To describe the clinical features, treatments and prognosis of very low birth weight infants (VLBWIs) requring mechanical ventilation, to assess the risk factors associated with the mortality of VLBWIs, and to evaluate the significance of the scoring system based on clinical risk index for babies (CRIB) and the score for neonatal acute physiology-perinatal extension II (SNAPPE-II) for predicting mortality risk for premature infants in China.


Perinatal data were collected from 127 VLBWIs requring mechanical ventilation who were admitted to the neonatal intensive care unit (NICU) from January 2010 to October 2011.

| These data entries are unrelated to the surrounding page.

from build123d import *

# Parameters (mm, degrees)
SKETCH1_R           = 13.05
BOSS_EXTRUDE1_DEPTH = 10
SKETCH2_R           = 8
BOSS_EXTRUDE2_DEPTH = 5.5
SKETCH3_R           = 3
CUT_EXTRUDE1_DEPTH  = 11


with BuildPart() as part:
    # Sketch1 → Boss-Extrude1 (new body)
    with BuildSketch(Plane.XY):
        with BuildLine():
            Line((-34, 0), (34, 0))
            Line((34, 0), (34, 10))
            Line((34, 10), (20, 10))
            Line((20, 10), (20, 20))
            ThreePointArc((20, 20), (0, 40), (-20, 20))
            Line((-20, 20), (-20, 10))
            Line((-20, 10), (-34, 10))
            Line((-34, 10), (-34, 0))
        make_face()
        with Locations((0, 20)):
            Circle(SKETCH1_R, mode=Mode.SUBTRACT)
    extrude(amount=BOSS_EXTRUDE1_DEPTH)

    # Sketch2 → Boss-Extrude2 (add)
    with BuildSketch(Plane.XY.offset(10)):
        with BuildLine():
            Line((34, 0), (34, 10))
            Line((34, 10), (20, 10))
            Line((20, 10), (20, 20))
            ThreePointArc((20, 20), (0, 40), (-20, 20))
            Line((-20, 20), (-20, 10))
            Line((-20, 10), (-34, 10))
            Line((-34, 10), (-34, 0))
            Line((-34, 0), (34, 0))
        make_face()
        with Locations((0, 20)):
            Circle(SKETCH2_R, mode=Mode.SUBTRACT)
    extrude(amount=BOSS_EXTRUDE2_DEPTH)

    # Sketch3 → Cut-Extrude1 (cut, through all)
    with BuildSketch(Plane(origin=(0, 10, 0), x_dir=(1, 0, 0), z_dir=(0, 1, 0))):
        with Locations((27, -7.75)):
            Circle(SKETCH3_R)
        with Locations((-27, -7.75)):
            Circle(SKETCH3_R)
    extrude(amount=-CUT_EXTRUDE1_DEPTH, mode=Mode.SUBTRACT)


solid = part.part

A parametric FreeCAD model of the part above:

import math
import FreeCAD as App
import Part
import Sketcher
Q = App.Units.Quantity

doc = App.newDocument("Part")
body = doc.addObject("PartDesign::Body", "Body")

# Sketch on XY plane
sketch1 = doc.addObject("Sketcher::SketchObject", "Sketch")
body.addObject(sketch1)
sketch1.AttachmentSupport = (doc.XY_Plane, [""])
sketch1.MapMode = "FlatFace"
sketch1.addGeometry(Part.LineSegment(App.Vector(-34, 0, 0), App.Vector(34, 0, 0)), False)
sketch1.addGeometry(Part.LineSegment(App.Vector(34, 0, 0), App.Vector(34, 10, 0)), False)
sketch1.addGeometry(Part.LineSegment(App.Vector(34, 10, 0), App.Vector(20, 10, 0)), False)
sketch1.addGeometry(Part.LineSegment(App.Vector(20, 10, 0), App.Vector(20, 20, 0)), False)
sketch1.addGeometry(Part.ArcOfCircle(Part.Circle(App.Vector(0, 20, 0), App.Vector(0, 0, 1), 20), math.radians(0), math.radians(180)), False)
sketch1.addGeometry(Part.LineSegment(App.Vector(-20, 20, 0), App.Vector(-20, 10, 0)), False)
sketch1.addGeometry(Part.LineSegment(App.Vector(-20, 10, 0), App.Vector(-34, 10, 0)), False)
sketch1.addGeometry(Part.LineSegment(App.Vector(-34, 10, 0), App.Vector(-34, 0, 0)), False)
sketch1.addGeometry(Part.Circle(App.Vector(0, 20, 0), App.Vector(0, 0, 1), 13), False)
sketch1.addConstraint(Sketcher.Constraint("Coincident", 0, 2, 1, 1))
sketch1.addConstraint(Sketcher.Constraint("Coincident", 1, 2, 2, 1))
sketch1.addConstraint(Sketcher.Constraint("Coincident", 2, 2, 3, 1))
sketch1.addConstraint(Sketcher.Constraint("Tangent", 3, 2, 4, 1))
sketch1.addConstraint(Sketcher.Constraint("Tangent", 4, 2, 5, 1))
sketch1.addConstraint(Sketcher.Constraint("Coincident", 5, 2, 6, 1))
sketch1.addConstraint(Sketcher.Constraint("Coincident", 6, 2, 7, 1))
sketch1.addConstraint(Sketcher.Constraint("Coincident", 7, 2, 0, 1))
sketch1.addConstraint(Sketcher.Constraint("Horizontal", 0))
sketch1.addConstraint(Sketcher.Constraint("Vertical", 1))
sketch1.addConstraint(Sketcher.Constraint("Horizontal", 2))
sketch1.addConstraint(Sketcher.Constraint("Vertical", 3))
sketch1.addConstraint(Sketcher.Constraint("Vertical", 5))
sketch1.addConstraint(Sketcher.Constraint("Horizontal", 6))
sketch1.addConstraint(Sketcher.Constraint("Vertical", 7))
sketch1.addConstraint(Sketcher.Constraint("Coincident", 8, 3, 4, 3))
sketch1.addConstraint(Sketcher.Constraint("Symmetric", 0, 2, 7, 2, -1, 1))
sketch1.addConstraint(Sketcher.Constraint("Symmetric", 2, 2, 5, 2, -2))
sketch1.addConstraint(Sketcher.Constraint("Equal", 1, 3))
sketch1.addConstraint(Sketcher.Constraint("Radius", 4, Q("20 mm")))
sketch1.addConstraint(Sketcher.Constraint("Diameter", 8, Q("26.1 mm")))
sketch1.addConstraint(Sketcher.Constraint("DistanceX", 0, 1, 0, 2, Q("68 mm")))
sketch1.addConstraint(Sketcher.Constraint("DistanceY", 1, 1, 1, 2, Q("10 mm")))
pad1 = doc.addObject("PartDesign::Pad", "Pad")
body.addObject(pad1)
pad1.Profile = sketch1
pad1.Length = 10

# Sketch on XY plane
sketch2 = doc.addObject("Sketcher::SketchObject", "Sketch001")
body.addObject(sketch2)
sketch2.AttachmentSupport = (doc.XY_Plane, [""])
sketch2.MapMode = "FlatFace"
sketch2.AttachmentOffset = App.Placement(App.Vector(0, 0, 10), App.Rotation())
sketch2.addGeometry(Part.LineSegment(App.Vector(34, 0, 0), App.Vector(34, 10, 0)), False)
sketch2.addGeometry(Part.LineSegment(App.Vector(34, 10, 0), App.Vector(20, 10, 0)), False)
sketch2.addGeometry(Part.LineSegment(App.Vector(20, 10, 0), App.Vector(20, 20, 0)), False)
sketch2.addGeometry(Part.ArcOfCircle(Part.Circle(App.Vector(0, 20, 0), App.Vector(0, 0, 1), 20), math.radians(0), math.radians(180)), False)
sketch2.addGeometry(Part.LineSegment(App.Vector(-20, 20, 0), App.Vector(-20, 10, 0)), False)
sketch2.addGeometry(Part.LineSegment(App.Vector(-20, 10, 0), App.Vector(-34, 10, 0)), False)
sketch2.addGeometry(Part.LineSegment(App.Vector(-34, 10, 0), App.Vector(-34, 0, 0)), False)
sketch2.addGeometry(Part.LineSegment(App.Vector(-34, 0, 0), App.Vector(34, 0, 0)), False)
sketch2.addGeometry(Part.Circle(App.Vector(0, 20, 0), App.Vector(0, 0, 1), 8), False)
sketch2.addConstraint(Sketcher.Constraint("Coincident", 0, 2, 1, 1))
sketch2.addConstraint(Sketcher.Constraint("Coincident", 1, 2, 2, 1))
sketch2.addConstraint(Sketcher.Constraint("Tangent", 2, 2, 3, 1))
sketch2.addConstraint(Sketcher.Constraint("Tangent", 3, 2, 4, 1))
sketch2.addConstraint(Sketcher.Constraint("Coincident", 4, 2, 5, 1))
sketch2.addConstraint(Sketcher.Constraint("Coincident", 5, 2, 6, 1))
sketch2.addConstraint(Sketcher.Constraint("Coincident", 6, 2, 7, 1))
sketch2.addConstraint(Sketcher.Constraint("Coincident", 7, 2, 0, 1))
sketch2.addConstraint(Sketcher.Constraint("Vertical", 0))
sketch2.addConstraint(Sketcher.Constraint("Horizontal", 1))
sketch2.addConstraint(Sketcher.Constraint("Vertical", 2))
sketch2.addConstraint(Sketcher.Constraint("Vertical", 4))
sketch2.addConstraint(Sketcher.Constraint("Horizontal", 5))
sketch2.addConstraint(Sketcher.Constraint("Vertical", 6))
sketch2.addConstraint(Sketcher.Constraint("Horizontal", 7))
sketch2.addConstraint(Sketcher.Constraint("Coincident", 8, 3, 3, 3))
sketch2.addConstraint(Sketcher.Constraint("Symmetric", 6, 2, 7, 2, -1, 1))
sketch2.addConstraint(Sketcher.Constraint("Symmetric", 1, 2, 4, 2, -2))
sketch2.addConstraint(Sketcher.Constraint("Equal", 0, 2))
sketch2.addConstraint(Sketcher.Constraint("Diameter", 8, Q("16 mm")))
sketch2.addConstraint(Sketcher.Constraint("Radius", 3, Q("20 mm")))
sketch2.addConstraint(Sketcher.Constraint("DistanceX", 1, 2, 1, 1, Q("14 mm")))
sketch2.addConstraint(Sketcher.Constraint("DistanceY", 0, 1, 0, 2, Q("10 mm")))
pad2 = doc.addObject("PartDesign::Pad", "Pad001")
body.addObject(pad2)
pad2.Profile = sketch2
pad2.Length = 5.5

# Sketch on XZ plane
sketch3 = doc.addObject("Sketcher::SketchObject", "Sketch002")
body.addObject(sketch3)
sketch3.AttachmentSupport = (doc.XZ_Plane, [""])
sketch3.MapMode = "FlatFace"
sketch3.AttachmentOffset = App.Placement(App.Vector(0, 0, -10), App.Rotation())
sketch3.addGeometry(Part.Circle(App.Vector(27, 7.8, 0), App.Vector(0, 0, 1), 3), False)
sketch3.addGeometry(Part.Circle(App.Vector(-27, 7.8, 0), App.Vector(0, 0, 1), 3), False)
sketch3.addConstraint(Sketcher.Constraint("Equal", 0, 1))
sketch3.addConstraint(Sketcher.Constraint("Symmetric", 0, 3, 1, 3, -2))
sketch3.addConstraint(Sketcher.Constraint("Diameter", 0, Q("6 mm")))
sketch3.addConstraint(Sketcher.Constraint("DistanceX", -1, 1, 0, 3, Q("27 mm")))
sketch3.addConstraint(Sketcher.Constraint("DistanceY", -1, 1, 0, 3, Q("7.75 mm")))
pocket1 = doc.addObject("PartDesign::Pocket", "Pocket")
body.addObject(pocket1)
pocket1.Profile = sketch3
pocket1.Type = "ThroughAll"
pocket1.Reversed = True

doc.recompute()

The enrolled infants had a mean gestational age of 31±2 weeks, a mean birth weight of 1290±170 g, a male/female ratio of 1.23∶1, and extremely low birth weight infant accounting for 6.3%. Of the 127 cases, 48.0% were administered with pulmonary surfactant (PS), and 49.6% received endotracheal intubation ventilation. The overall in-hospital mortality was 41.7%. Multivariate logistic regression revealed the following independent risk factors for mortality: low birth weight, multiple birth, cesarean section, and low PaO2/FiO2 ratio (OR = 1.611, 7.572, 4.062, and 0.133 respectively; P<0.05). SNAPPE-II and CRIB showed good performance in predicting prognosis, with areas under the ROC curve of 0.806 and 0.777 respectively.


The overall mortality rate of VLBWIs is still relatively high. The high-risk factors for VLBWI mortality include low birth weight, multiple birth, cesarean section, and low PaO2/FiO2 ratio. The neonatal illness severity scoring system (using SNAPPE-II and CRIB) can be used to quantify illness severity in premature infants.